Only one stretch of the data below is wanted: the lines from the one with "#31=PLANE('',#18);" through the one with "#48=ORIENTED_EDGE('',*,*,#47,.T.);", repeated exactly.
DATA SUPPLIED section start
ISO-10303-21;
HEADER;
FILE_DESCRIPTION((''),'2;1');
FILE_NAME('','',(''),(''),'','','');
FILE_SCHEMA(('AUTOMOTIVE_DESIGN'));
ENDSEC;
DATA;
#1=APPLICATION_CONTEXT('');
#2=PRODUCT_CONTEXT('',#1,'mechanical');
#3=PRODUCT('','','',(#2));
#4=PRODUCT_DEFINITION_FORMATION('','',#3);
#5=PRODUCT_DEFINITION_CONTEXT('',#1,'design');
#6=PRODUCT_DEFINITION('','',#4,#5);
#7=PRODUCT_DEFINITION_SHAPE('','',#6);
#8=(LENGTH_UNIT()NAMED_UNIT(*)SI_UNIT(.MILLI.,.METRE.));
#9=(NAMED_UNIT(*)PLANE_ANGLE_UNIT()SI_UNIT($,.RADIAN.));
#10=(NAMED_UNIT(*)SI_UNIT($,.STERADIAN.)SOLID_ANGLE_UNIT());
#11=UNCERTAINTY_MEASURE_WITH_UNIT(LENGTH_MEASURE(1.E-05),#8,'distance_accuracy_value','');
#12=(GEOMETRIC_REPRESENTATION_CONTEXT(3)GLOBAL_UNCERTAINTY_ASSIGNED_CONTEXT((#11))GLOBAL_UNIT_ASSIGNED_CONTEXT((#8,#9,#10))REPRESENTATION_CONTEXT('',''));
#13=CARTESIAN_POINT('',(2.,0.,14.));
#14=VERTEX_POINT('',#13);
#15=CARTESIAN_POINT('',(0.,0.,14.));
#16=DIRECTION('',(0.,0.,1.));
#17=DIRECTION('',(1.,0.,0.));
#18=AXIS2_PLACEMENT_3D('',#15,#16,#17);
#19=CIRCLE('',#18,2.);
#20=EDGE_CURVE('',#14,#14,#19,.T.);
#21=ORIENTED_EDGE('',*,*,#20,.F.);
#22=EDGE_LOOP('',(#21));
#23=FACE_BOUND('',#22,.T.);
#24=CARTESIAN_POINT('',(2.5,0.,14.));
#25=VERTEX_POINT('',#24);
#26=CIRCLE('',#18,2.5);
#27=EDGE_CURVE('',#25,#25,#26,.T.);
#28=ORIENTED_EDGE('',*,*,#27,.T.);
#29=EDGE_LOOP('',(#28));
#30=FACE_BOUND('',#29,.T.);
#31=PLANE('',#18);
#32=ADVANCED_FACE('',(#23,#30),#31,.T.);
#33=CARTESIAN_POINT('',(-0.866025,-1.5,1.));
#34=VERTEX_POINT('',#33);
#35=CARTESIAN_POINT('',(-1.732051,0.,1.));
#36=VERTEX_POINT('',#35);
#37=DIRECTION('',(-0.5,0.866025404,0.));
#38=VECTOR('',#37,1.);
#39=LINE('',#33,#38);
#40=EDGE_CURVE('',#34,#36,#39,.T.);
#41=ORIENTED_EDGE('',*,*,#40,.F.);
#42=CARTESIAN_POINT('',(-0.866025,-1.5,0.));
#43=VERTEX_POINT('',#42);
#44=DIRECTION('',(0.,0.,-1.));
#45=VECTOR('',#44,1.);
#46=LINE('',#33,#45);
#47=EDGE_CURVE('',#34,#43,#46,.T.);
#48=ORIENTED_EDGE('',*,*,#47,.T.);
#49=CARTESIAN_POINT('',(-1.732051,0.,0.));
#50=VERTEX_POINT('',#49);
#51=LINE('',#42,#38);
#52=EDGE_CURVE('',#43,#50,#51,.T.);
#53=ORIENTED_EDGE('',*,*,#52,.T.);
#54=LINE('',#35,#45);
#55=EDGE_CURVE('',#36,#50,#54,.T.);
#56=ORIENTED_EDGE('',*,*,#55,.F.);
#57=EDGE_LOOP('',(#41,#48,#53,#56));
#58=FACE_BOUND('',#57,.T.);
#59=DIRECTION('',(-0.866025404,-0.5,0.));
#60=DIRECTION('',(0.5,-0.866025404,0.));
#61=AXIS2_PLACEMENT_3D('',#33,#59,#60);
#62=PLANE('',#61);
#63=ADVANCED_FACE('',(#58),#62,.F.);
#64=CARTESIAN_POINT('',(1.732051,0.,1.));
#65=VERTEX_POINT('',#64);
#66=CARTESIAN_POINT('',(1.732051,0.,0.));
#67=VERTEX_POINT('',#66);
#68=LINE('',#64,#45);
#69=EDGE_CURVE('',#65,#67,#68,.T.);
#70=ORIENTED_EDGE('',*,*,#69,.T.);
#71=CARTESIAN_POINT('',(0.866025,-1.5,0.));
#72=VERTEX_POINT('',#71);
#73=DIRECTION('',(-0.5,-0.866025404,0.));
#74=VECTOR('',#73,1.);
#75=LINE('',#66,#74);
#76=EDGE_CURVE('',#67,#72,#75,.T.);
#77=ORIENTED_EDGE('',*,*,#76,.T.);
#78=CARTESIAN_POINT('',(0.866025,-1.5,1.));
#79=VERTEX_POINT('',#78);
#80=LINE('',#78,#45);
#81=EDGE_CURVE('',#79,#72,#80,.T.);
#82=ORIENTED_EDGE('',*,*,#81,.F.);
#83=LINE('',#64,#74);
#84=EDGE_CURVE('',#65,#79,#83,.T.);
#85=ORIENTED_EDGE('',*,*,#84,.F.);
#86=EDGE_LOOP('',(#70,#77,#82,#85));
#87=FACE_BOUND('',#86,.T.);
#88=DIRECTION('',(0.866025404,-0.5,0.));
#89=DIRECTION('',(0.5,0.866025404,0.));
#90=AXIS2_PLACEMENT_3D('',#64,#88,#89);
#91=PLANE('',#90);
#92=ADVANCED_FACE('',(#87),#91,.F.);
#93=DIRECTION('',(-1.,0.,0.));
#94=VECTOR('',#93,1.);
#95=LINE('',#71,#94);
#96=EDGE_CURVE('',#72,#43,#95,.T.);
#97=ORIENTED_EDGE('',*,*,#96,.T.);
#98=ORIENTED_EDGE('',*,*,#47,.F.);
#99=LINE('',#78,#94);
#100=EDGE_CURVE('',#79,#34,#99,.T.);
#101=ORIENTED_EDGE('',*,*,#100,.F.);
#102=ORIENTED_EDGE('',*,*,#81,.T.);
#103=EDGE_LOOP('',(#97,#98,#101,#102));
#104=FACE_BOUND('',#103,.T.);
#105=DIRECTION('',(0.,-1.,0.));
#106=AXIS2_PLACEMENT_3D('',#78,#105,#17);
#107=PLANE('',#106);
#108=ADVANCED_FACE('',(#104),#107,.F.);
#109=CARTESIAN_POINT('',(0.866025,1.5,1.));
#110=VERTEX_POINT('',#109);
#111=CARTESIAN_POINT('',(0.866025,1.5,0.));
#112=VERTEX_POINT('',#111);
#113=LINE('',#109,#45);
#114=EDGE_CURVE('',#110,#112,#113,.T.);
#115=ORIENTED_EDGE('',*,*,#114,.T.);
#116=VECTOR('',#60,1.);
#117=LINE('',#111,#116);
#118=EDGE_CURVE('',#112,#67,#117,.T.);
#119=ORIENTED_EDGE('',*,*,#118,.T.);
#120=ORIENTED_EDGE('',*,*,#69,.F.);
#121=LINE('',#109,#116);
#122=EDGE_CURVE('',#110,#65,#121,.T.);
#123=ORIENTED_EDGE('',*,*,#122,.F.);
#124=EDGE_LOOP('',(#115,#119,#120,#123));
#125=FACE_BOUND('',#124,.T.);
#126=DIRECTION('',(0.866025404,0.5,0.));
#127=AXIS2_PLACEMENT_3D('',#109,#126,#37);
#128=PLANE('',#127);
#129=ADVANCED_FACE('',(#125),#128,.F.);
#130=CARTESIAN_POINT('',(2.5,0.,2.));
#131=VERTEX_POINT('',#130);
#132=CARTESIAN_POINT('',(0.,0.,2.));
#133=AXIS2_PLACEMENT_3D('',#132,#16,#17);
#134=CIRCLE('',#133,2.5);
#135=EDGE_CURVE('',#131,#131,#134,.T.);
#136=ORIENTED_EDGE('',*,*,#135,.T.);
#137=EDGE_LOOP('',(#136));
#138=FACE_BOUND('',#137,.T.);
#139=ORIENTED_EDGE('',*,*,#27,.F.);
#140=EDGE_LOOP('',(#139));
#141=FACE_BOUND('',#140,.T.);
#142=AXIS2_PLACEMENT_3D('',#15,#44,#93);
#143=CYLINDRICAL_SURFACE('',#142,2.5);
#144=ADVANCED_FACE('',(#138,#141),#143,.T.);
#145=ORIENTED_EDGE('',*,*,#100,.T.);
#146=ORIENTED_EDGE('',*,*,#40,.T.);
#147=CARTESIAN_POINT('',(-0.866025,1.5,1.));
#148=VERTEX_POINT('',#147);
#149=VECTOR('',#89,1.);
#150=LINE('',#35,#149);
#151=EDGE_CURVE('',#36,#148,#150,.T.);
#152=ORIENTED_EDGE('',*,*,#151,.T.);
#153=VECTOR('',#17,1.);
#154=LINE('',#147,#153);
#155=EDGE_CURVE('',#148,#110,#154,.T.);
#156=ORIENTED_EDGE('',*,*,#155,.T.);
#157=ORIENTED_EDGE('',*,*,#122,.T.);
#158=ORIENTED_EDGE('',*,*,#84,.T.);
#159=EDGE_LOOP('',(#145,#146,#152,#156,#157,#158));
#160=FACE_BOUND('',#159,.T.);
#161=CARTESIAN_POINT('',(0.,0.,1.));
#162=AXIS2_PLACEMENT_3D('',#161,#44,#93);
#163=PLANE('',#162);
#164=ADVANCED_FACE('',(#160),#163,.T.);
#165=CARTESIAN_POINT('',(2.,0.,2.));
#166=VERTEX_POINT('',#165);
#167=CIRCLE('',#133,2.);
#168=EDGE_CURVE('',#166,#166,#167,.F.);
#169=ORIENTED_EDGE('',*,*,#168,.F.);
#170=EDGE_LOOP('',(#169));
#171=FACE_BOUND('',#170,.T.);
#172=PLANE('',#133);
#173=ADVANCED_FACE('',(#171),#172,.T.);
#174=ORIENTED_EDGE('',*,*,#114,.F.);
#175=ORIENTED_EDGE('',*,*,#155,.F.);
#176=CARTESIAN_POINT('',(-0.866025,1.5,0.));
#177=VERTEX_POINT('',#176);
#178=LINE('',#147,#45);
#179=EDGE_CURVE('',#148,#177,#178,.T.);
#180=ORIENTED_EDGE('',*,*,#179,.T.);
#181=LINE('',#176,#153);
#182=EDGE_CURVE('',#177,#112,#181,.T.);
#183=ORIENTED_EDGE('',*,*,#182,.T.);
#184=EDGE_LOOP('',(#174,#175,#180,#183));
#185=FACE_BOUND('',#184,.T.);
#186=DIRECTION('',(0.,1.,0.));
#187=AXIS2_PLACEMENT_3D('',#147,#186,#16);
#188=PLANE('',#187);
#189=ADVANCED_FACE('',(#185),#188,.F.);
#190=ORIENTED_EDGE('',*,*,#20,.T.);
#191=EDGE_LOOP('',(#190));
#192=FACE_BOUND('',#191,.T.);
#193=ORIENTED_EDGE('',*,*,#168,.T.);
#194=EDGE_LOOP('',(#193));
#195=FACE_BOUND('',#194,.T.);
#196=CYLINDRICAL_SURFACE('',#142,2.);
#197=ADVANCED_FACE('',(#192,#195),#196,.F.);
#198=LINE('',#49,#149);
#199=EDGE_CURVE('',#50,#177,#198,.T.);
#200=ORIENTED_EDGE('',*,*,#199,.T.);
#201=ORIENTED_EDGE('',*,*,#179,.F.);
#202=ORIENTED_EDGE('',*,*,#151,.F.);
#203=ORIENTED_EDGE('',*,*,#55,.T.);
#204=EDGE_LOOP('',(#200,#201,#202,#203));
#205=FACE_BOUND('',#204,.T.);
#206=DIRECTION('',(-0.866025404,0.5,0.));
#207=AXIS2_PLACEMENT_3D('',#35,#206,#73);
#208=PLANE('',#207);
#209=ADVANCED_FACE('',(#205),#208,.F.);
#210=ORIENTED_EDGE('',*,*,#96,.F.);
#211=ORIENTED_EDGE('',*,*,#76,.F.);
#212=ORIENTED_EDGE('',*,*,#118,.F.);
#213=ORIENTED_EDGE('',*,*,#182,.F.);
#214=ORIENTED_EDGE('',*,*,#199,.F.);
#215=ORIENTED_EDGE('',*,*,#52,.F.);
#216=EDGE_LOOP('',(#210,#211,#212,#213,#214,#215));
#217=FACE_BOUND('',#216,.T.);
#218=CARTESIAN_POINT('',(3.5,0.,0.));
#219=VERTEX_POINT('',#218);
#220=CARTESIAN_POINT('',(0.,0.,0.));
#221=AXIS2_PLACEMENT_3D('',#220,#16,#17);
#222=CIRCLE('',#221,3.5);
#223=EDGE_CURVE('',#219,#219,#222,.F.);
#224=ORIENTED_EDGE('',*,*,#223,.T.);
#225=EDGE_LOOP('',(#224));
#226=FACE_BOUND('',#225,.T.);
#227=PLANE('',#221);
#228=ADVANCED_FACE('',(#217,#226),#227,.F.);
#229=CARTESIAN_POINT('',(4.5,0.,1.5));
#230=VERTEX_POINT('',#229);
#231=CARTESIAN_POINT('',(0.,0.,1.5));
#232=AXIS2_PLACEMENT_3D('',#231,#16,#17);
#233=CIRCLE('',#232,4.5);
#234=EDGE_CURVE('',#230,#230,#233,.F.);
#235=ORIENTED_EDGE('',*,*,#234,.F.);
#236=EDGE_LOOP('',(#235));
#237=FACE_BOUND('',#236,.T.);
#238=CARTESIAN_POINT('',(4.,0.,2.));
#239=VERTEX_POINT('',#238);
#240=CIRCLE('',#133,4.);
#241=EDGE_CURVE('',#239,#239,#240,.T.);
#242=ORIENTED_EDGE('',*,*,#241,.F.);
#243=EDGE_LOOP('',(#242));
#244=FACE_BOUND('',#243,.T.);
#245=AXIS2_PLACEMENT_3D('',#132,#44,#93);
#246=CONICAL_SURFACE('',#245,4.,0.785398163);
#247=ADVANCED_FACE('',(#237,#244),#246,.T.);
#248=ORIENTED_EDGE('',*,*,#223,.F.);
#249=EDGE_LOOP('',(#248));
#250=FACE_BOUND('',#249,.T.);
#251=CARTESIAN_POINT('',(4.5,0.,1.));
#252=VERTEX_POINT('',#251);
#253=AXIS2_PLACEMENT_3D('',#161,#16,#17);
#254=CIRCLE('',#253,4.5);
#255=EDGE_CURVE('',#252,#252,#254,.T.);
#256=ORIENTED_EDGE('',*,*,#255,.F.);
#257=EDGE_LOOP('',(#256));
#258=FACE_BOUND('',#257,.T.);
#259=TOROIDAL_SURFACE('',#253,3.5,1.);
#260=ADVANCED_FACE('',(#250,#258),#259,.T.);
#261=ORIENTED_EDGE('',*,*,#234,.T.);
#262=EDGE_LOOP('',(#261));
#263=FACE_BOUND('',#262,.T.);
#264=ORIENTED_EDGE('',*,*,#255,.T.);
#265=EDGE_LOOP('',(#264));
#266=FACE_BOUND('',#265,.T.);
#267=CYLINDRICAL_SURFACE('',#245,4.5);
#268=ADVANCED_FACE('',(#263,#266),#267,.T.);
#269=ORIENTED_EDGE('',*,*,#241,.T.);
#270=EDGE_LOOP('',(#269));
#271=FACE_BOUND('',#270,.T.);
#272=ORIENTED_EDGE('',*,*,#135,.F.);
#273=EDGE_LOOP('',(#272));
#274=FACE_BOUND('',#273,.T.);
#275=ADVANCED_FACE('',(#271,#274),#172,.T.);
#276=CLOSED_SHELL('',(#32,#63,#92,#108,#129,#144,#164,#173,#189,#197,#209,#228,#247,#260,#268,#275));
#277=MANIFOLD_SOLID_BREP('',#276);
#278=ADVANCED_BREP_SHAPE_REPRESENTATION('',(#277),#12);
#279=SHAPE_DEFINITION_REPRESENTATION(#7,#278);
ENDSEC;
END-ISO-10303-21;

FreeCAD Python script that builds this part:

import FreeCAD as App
import Part
import Sketcher

V = App.Vector
Q = App.Units.Quantity


def edges_at(feature, points):
    """Names of the edges that pass closest to the given points."""
    edges = feature.Shape.Edges
    near = lambda p: min(range(len(edges)), key=lambda i: edges[i].distToShape(Part.Vertex(*p))[0])
    return sorted({f"Edge{near(p) + 1}" for p in points})

doc = App.newDocument("Part")
body = doc.addObject("PartDesign::Body", "Body")

sketch1 = body.newObject("Sketcher::SketchObject", "Sketch")
sketch1.AttachmentSupport = (doc.getObject("XY_Plane"), [""])
sketch1.MapMode = "FlatFace"
sketch1.addGeometry(Part.Circle(V(0, 0, 0), V(0, 0, 1), 4.5), False)
sketch1.addConstraint([
    Sketcher.Constraint("Coincident", 0, 3, -1, 1),
    Sketcher.Constraint("Diameter", 0, 9.0),
])
pad1 = body.newObject("PartDesign::Pad", "Pad")
pad1.Profile = sketch1
pad1.Length = 2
DATA SUPPLIED section end
▸ PROBLEM SOLUTION
#31=PLANE('',#18);
#32=ADVANCED_FACE('',(#23,#30),#31,.T.);
#33=CARTESIAN_POINT('',(-0.866025,-1.5,1.));
#34=VERTEX_POINT('',#33);
#35=CARTESIAN_POINT('',(-1.732051,0.,1.));
#36=VERTEX_POINT('',#35);
#37=DIRECTION('',(-0.5,0.866025404,0.));
#38=VECTOR('',#37,1.);
#39=LINE('',#33,#38);
#40=EDGE_CURVE('',#34,#36,#39,.T.);
#41=ORIENTED_EDGE('',*,*,#40,.F.);
#42=CARTESIAN_POINT('',(-0.866025,-1.5,0.));
#43=VERTEX_POINT('',#42);
#44=DIRECTION('',(0.,0.,-1.));
#45=VECTOR('',#44,1.);
#46=LINE('',#33,#45);
#47=EDGE_CURVE('',#34,#43,#46,.T.);
#48=ORIENTED_EDGE('',*,*,#47,.T.);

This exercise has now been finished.